You can also use it for short-term needs in the future, such as paying for your wedding or a downpayment for your house.
Lastly, you can use your money to re-invest in other financial instruments that can grow your money faster.
However, note that you can only withdraw in multiples of S$500 (S$500, S$1,000, S$1,500, and so on). Another thing to take note of is that withdrawals are not immediate and may take up to 30 days.
You can enjoy a tax relief of up to S$8,000 per calendar year when you make top-ups to your CPF SA/RA, or MA via the Retirement Sum Topping-Up scheme (RSTU). Additionally, you can enjoy a further S$8,000 in tax relief if you top up your loved ones’ SA/RA or MA.

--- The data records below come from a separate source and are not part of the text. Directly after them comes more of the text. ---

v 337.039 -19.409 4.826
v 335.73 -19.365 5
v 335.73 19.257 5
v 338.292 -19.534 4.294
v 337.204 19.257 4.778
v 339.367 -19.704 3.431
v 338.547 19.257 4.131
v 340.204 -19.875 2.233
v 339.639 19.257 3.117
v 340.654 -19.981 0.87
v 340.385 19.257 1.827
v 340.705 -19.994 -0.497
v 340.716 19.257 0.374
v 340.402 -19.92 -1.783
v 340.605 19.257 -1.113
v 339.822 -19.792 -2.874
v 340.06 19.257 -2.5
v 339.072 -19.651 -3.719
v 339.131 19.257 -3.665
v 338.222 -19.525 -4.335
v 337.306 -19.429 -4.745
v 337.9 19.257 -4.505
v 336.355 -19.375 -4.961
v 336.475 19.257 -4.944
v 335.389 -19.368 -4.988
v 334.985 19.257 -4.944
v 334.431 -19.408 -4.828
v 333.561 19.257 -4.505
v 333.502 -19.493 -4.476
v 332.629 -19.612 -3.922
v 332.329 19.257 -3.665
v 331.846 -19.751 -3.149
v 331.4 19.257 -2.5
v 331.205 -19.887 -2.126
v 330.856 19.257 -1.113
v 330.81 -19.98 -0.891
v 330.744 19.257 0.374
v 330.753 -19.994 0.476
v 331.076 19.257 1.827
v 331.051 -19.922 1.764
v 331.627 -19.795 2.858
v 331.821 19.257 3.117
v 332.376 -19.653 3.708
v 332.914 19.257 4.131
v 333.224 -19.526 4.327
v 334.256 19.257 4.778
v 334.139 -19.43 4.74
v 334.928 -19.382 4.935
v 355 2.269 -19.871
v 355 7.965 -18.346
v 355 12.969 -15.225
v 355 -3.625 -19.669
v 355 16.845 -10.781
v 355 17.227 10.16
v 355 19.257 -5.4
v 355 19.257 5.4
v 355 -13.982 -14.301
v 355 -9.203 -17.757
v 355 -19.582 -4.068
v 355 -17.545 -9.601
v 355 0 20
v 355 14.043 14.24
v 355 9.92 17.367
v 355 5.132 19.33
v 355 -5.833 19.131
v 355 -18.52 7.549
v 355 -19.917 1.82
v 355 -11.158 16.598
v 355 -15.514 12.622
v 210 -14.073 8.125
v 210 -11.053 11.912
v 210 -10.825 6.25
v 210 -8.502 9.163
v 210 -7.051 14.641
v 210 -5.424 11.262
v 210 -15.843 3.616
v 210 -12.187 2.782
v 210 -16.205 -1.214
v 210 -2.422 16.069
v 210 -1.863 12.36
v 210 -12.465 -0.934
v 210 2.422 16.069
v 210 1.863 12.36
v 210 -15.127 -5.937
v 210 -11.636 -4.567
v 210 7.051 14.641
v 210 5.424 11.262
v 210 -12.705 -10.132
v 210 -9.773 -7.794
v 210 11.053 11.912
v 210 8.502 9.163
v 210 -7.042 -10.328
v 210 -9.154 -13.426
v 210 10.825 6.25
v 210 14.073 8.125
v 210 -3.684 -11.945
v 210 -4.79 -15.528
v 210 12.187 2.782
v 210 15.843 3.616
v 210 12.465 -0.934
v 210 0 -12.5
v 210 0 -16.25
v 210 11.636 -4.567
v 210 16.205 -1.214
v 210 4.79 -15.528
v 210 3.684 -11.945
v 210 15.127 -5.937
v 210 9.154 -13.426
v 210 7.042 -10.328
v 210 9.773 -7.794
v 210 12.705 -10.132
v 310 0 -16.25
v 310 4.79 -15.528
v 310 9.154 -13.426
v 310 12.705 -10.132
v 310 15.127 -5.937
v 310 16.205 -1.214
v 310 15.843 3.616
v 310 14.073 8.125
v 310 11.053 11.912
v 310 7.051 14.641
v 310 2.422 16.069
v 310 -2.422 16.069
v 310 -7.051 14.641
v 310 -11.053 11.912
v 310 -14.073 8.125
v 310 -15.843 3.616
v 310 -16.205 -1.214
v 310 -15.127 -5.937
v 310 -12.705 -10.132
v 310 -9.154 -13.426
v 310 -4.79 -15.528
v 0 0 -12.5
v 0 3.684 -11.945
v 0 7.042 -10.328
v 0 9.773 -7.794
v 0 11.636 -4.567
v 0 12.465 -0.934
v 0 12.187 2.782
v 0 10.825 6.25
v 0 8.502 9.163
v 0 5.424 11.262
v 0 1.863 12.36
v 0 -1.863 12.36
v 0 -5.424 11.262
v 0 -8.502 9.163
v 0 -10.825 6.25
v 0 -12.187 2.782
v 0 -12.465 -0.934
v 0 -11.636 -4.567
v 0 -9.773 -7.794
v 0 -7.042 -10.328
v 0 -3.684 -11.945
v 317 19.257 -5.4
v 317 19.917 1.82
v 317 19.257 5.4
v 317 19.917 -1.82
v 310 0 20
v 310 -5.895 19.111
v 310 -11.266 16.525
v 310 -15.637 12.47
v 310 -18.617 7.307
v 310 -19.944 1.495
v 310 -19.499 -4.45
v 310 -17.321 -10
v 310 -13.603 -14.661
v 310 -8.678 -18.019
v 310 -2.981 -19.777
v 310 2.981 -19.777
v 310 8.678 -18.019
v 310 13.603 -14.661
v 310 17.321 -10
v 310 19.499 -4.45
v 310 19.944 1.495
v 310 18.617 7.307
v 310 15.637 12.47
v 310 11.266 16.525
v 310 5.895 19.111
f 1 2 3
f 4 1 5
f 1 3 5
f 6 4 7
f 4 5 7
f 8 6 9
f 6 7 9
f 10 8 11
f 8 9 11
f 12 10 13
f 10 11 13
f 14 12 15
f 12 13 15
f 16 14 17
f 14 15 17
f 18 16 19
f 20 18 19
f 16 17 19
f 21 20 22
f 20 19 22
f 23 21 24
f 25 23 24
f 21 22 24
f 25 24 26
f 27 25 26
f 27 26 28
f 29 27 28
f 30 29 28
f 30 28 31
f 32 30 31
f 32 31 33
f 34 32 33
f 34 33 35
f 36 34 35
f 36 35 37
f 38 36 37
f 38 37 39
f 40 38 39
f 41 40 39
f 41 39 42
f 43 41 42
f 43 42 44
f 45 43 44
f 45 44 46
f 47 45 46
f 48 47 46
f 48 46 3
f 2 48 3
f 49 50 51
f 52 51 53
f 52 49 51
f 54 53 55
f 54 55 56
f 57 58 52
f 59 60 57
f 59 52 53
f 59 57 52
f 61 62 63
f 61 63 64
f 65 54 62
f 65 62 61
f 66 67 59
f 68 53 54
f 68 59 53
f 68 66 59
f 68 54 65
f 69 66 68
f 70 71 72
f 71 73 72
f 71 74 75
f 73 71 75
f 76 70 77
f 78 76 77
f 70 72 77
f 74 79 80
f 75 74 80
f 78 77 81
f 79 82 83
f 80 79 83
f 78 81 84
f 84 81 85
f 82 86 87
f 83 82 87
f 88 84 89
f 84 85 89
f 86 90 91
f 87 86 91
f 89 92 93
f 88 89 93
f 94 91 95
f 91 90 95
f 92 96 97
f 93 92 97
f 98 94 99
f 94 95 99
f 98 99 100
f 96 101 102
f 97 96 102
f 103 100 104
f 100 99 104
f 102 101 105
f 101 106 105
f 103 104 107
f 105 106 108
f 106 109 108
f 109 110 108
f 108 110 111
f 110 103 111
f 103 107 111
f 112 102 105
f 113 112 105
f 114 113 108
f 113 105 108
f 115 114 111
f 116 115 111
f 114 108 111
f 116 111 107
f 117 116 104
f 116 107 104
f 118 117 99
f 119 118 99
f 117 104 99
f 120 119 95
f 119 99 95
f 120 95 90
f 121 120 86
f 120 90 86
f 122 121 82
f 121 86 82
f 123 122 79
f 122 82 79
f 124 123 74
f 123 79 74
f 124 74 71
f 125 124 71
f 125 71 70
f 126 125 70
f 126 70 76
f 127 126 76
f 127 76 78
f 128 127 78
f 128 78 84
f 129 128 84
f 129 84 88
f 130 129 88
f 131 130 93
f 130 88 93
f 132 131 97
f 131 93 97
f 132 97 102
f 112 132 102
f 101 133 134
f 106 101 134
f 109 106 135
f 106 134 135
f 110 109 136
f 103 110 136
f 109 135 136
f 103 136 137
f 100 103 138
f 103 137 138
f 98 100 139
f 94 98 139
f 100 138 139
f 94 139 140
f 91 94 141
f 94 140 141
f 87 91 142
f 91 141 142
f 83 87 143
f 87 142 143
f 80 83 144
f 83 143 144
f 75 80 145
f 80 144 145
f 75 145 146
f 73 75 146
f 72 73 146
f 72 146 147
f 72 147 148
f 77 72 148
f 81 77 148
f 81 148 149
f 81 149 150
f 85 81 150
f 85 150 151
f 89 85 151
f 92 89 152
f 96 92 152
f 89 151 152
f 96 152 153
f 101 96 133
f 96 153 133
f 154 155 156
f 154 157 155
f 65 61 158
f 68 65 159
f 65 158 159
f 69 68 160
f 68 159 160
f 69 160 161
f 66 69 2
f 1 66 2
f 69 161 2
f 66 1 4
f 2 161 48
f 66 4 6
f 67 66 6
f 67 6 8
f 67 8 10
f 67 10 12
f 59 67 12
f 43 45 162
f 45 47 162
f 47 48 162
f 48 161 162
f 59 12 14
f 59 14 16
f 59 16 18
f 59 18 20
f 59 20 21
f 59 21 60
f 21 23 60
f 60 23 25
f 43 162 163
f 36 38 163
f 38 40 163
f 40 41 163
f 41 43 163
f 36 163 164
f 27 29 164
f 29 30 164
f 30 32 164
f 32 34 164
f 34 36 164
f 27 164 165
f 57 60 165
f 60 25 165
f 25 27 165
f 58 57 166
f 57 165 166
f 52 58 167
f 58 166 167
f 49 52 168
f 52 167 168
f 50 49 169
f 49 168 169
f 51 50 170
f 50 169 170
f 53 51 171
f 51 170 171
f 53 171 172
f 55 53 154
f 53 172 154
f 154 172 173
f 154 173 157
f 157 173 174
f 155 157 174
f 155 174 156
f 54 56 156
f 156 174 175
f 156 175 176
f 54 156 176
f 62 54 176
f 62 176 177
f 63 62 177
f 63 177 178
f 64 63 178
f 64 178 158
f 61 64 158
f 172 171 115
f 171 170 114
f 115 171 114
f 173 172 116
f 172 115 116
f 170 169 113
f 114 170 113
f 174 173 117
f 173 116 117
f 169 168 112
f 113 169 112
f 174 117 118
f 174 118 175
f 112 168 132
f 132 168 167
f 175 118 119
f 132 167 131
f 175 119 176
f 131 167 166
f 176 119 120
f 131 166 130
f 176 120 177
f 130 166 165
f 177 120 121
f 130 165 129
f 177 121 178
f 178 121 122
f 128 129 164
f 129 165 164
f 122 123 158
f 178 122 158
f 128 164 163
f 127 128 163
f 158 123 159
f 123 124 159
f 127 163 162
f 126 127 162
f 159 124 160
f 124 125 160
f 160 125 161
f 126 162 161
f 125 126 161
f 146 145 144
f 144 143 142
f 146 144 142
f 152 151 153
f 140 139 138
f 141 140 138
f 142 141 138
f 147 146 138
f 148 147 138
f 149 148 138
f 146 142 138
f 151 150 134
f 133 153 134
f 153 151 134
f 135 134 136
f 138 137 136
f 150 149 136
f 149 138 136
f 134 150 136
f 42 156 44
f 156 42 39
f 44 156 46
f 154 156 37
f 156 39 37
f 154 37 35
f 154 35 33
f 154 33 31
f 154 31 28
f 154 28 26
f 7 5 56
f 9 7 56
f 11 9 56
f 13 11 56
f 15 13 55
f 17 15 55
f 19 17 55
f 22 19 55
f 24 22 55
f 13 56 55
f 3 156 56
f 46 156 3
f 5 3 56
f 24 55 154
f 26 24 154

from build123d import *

# Parameters (mm, degrees)
CROQUIS2_R                 = 12.5
SALIENTE_EXTRUIR1_DEPTH    = 210
CROQUIS4_R                 = 16.25
SALIENTE_EXTRUIR2_DEPTH    = 100
CROQUIS5_R                 = 20
SALIENTE_EXTRUIR3_DEPTH    = 45
CROQUIS6_W                 = 10.799694728
CROQUIS6_H                 = 1.485501512
CORTAR_EXTRUIR1_DEPTH      = 38
CORTAR_EXTRUIR2_REACH      = 359.724
CORTAR_EXTRUIR2_END_RADIUS = 20
CROQUIS8_R                 = 5


with BuildPart() as part:
    # Croquis2 → Saliente-Extruir1 (new body)
    with BuildSketch(Plane(origin=(0, 0, 0), x_dir=(0, 0, -1), z_dir=(1, 0, 0))):
        Circle(CROQUIS2_R)
    extrude(amount=SALIENTE_EXTRUIR1_DEPTH)

    # Croquis4 → Saliente-Extruir2 (add)
    with BuildSketch(Plane(origin=(210, 0, 0), x_dir=(0, 0, -1), z_dir=(1, 0, 0))):
        Circle(CROQUIS4_R)
    extrude(amount=SALIENTE_EXTRUIR2_DEPTH)

    # Croquis5 → Saliente-Extruir3 (add)
    with BuildSketch(Plane(origin=(310, 0, 0), x_dir=(0, 0, -1), z_dir=(1, 0, 0))):
        with Locations(Location((0, 0, 0), (0, 0, 180))):
            Circle(CROQUIS5_R)
    extrude(amount=SALIENTE_EXTRUIR3_DEPTH)

    # Croquis6 → Cortar-Extruir1 (cut)
    with BuildSketch(Plane(origin=(355, 0, 0), x_dir=(0, 0, -1), z_dir=(1, 0, 0))):
        with Locations((0, 20)):
            Rectangle(CROQUIS6_W, CROQUIS6_H)
    extrude(amount=-CORTAR_EXTRUIR1_DEPTH, mode=Mode.SUBTRACT)

    # Cortar-Extruir2: up to this cylinder (the profile starts inside it)
    cortar_extruir2_end = Plane(origin=(335.730152, 0, 0), z_dir=(-1, 0, 0)) * Cylinder(CORTAR_EXTRUIR2_END_RADIUS, 760.448, mode=Mode.PRIVATE)
    # Croquis8 → Cortar-Extruir2 (cut, up to the surface)
    with BuildSketch(Plane(origin=(0, 19.257249244, 0), x_dir=(1, 0, 0), z_dir=(0, 1, 0)), mode=Mode.PRIVATE) as cortar_extruir2_sk1:
        with Locations(Location((335.730152453, 0, 0), (0, 0, 270))):
            Circle(CROQUIS8_R)
    cortar_extruir2_tool1 = extrude(cortar_extruir2_sk1.sketch, amount=-CORTAR_EXTRUIR2_REACH, mode=Mode.PRIVATE) & cortar_extruir2_end
    add(cortar_extruir2_tool1.solids().sort_by_distance((335.730152, 19.257249, 0))[0], mode=Mode.SUBTRACT)


solid = part.part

On the other hand, there’s no tax relief when you buy the SSB. You can, however, enjoy tax relief if you invest in the SSB with your SRS funds.

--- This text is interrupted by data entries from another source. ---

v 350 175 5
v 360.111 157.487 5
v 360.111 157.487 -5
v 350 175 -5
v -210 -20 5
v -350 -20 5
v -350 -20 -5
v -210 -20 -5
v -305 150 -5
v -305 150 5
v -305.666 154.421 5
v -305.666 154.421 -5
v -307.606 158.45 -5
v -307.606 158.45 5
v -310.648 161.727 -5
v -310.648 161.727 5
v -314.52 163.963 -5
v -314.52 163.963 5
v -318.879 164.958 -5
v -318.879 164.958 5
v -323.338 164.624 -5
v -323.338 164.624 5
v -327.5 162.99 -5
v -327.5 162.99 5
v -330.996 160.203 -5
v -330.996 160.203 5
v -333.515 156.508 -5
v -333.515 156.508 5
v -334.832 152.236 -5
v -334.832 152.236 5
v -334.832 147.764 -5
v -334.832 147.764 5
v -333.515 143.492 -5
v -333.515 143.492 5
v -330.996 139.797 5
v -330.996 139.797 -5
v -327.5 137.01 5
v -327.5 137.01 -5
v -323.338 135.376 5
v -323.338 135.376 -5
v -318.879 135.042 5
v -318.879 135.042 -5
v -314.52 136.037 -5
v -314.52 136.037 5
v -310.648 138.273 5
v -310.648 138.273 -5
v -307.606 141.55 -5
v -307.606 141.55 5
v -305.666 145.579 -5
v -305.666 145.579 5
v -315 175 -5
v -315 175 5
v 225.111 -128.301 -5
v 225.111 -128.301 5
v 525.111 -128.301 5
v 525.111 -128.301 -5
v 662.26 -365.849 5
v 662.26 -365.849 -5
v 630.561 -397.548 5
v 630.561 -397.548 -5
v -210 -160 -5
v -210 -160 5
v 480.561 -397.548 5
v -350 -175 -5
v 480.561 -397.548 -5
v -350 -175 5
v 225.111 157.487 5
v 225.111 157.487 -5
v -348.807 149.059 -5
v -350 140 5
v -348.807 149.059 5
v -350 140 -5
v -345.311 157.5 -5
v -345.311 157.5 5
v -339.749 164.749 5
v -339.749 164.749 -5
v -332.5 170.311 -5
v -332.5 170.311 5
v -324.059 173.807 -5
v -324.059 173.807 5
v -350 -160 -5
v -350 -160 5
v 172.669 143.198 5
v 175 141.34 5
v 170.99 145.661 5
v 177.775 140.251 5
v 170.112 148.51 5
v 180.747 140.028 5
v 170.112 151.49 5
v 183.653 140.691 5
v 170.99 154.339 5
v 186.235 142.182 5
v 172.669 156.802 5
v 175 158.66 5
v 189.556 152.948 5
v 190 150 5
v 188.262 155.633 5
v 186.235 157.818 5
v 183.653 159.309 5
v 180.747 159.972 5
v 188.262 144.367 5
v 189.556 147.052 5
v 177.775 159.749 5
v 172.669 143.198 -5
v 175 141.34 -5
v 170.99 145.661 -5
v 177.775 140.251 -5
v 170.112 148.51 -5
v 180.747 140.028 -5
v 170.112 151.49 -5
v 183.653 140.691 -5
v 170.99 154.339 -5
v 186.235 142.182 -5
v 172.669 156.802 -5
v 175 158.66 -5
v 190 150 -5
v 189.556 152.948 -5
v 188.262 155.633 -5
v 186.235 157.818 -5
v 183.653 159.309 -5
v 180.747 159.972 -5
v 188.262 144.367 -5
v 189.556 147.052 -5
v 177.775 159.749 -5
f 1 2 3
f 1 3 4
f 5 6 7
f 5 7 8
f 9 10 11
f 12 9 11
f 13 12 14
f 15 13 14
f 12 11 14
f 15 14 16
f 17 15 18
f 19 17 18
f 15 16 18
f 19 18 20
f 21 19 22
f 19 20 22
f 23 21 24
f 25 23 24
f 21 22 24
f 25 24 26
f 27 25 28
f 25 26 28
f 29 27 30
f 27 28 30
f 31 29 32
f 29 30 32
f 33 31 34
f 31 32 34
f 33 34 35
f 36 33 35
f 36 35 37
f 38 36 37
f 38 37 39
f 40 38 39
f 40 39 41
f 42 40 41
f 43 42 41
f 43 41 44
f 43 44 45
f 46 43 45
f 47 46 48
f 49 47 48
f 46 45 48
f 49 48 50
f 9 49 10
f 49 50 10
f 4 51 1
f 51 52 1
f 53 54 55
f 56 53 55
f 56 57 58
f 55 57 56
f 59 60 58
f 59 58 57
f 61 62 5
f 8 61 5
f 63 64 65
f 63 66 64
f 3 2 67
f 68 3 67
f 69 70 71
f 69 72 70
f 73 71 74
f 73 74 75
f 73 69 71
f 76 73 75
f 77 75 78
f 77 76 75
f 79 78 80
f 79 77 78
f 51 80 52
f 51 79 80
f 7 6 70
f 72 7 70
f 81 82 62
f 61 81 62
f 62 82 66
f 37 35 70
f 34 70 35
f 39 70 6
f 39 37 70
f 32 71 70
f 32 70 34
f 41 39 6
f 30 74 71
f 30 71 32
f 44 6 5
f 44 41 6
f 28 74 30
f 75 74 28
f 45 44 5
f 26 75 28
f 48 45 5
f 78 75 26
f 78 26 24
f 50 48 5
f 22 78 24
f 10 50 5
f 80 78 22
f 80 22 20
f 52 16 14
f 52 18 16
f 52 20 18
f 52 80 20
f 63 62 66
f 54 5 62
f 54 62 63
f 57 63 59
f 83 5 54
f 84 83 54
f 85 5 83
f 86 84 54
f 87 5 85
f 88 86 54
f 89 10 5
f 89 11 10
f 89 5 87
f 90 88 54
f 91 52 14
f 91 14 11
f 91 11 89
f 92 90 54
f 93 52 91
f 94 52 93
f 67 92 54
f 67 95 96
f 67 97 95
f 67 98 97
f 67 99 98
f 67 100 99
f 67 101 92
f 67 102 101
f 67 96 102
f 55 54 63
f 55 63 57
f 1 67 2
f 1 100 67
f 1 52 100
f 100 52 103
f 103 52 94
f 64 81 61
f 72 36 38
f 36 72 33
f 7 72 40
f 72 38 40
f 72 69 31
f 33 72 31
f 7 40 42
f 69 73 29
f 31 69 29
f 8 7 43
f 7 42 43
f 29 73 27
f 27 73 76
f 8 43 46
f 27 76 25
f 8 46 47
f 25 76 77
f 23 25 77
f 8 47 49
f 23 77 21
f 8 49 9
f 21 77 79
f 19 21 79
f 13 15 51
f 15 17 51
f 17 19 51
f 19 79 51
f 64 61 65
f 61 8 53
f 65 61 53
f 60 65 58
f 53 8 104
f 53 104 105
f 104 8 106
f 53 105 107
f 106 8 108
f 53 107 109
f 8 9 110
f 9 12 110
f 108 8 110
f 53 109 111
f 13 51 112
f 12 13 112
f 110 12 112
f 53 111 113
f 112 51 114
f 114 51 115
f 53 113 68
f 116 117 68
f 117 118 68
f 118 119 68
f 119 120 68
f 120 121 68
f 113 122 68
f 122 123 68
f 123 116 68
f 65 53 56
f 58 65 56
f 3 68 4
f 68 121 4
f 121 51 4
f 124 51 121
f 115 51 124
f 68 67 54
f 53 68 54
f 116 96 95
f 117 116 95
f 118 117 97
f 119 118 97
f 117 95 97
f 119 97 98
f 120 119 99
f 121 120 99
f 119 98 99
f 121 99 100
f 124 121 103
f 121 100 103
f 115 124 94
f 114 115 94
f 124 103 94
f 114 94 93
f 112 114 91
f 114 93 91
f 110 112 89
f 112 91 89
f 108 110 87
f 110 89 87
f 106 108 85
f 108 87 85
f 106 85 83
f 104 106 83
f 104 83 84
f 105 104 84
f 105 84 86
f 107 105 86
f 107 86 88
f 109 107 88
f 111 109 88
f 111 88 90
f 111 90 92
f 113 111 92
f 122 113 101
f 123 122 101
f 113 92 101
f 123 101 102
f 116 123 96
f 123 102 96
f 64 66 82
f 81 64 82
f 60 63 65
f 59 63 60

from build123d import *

# Parameters (mm, degrees)
SKETCH1_W           = 700
SKETCH1_H           = 350
BOSS_EXTRUDE2_DEPTH = 5
SKETCH2_R           = 15
SKETCH2_R_2         = 10
CUT_EXTRUDE1_DEPTH  = 10
FILLET1_R           = 35
SKETCH3_W           = 140
SKETCH3_H           = 140
CUT_EXTRUDE2_DEPTH  = 789.23060426
CHAMFER1_SIZE       = 50
CHAMFER1_SIZE2      = 36.602540378


with BuildPart() as part:
    # Sketch1 → Boss-Extrude2 (new, symmetric)
    with BuildSketch(Plane.XY):
        Polygon((350, -175), (-350, -175), (480.560796608, -397.548094716), (680.560796608, -397.548094716), (350, 175), align=None)
        Rectangle(SKETCH1_W, SKETCH1_H)
    extrude(amount=BOSS_EXTRUDE2_DEPTH, both=True)

    # Sketch2 → Cut-Extrude1 (cut)
    with BuildSketch(Plane.XY.offset(5)):
        with Locations((-320, 150)):
            Circle(SKETCH2_R)
        with Locations((180, 150)):
            Circle(SKETCH2_R_2)
    extrude(amount=-CUT_EXTRUDE1_DEPTH, mode=Mode.SUBTRACT)

    # Fillet1
    fillet1_edges = [part.edges().sort_by_distance(p)[0] for p in [
        (-350, 175, 0),
    ]]
    fillet(fillet1_edges, radius=FILLET1_R)

    # Sketch3 → Cut-Extrude2 (cut, through all)
    with BuildSketch(Plane.XY.offset(5)):
        with Locations((-280, -90)):
            Rectangle(SKETCH3_W, SKETCH3_H)
        Polygon((225.111069989, 157.48711306), (225.111069989, -128.301270189), (525.111069989, -128.301270189), (360.111069989, 157.48711306), align=None)
    extrude(amount=-CUT_EXTRUDE2_DEPTH, mode=Mode.SUBTRACT)

    # Chamfer1
    chamfer1_edges = [part.edges().sort_by_distance(p)[0] for p in [
        (680.560796608, -397.548094716, 0),
    ]]
    chamfer1_side = [part.faces().sort_by_distance(p)[0] for p in [
        (580.560796608, -397.548094716, 0),
    ]]
    chamfer(chamfer1_edges, length=CHAMFER1_SIZE, length2=CHAMFER1_SIZE2, reference=chamfer1_side[0])


solid = part.part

Maximum amount that you can invest in
For CPF, the maximum top-up you can make to your CPF accounts is up to the FRS, which is adjusted annually. For those turning 55 in 2022, the FRS is S$192,000. Once you've reached this limit, you can't make further contributions.
There's also a maximum limit for your MA too; your voluntary contributions to your MA are up to the Basic Healthcare Sum (BHS), which is S$66,000 in 2022 if you're 65 years and below.
On the other hand, the maximum bond you can buy from the SSB is S$200,000. You won't be able to buy more than that until you've redeemed some of your bonds.
In general, the SSB are considered safe investments if you want to park your emergency funds.
Compared to the CPF, the SSB is more flexible and liquid, and you can redeem your money at any time. Morever, the max limit you can invest is S$200,000, which is higher than the current FRS of S$192,000.
On the other hand, the CPF offers higher interest rates. And through the magic of compound interest, your money will always grow much faster when it’s in your CPF accounts.
Remember that bonds, such as the SSB, are important in a diversified portfolio as they help to hedge against market volatility.
That said, remember to aim for a well-diversified portfolio with different asset classes based on your risk tolerance and investment horizon.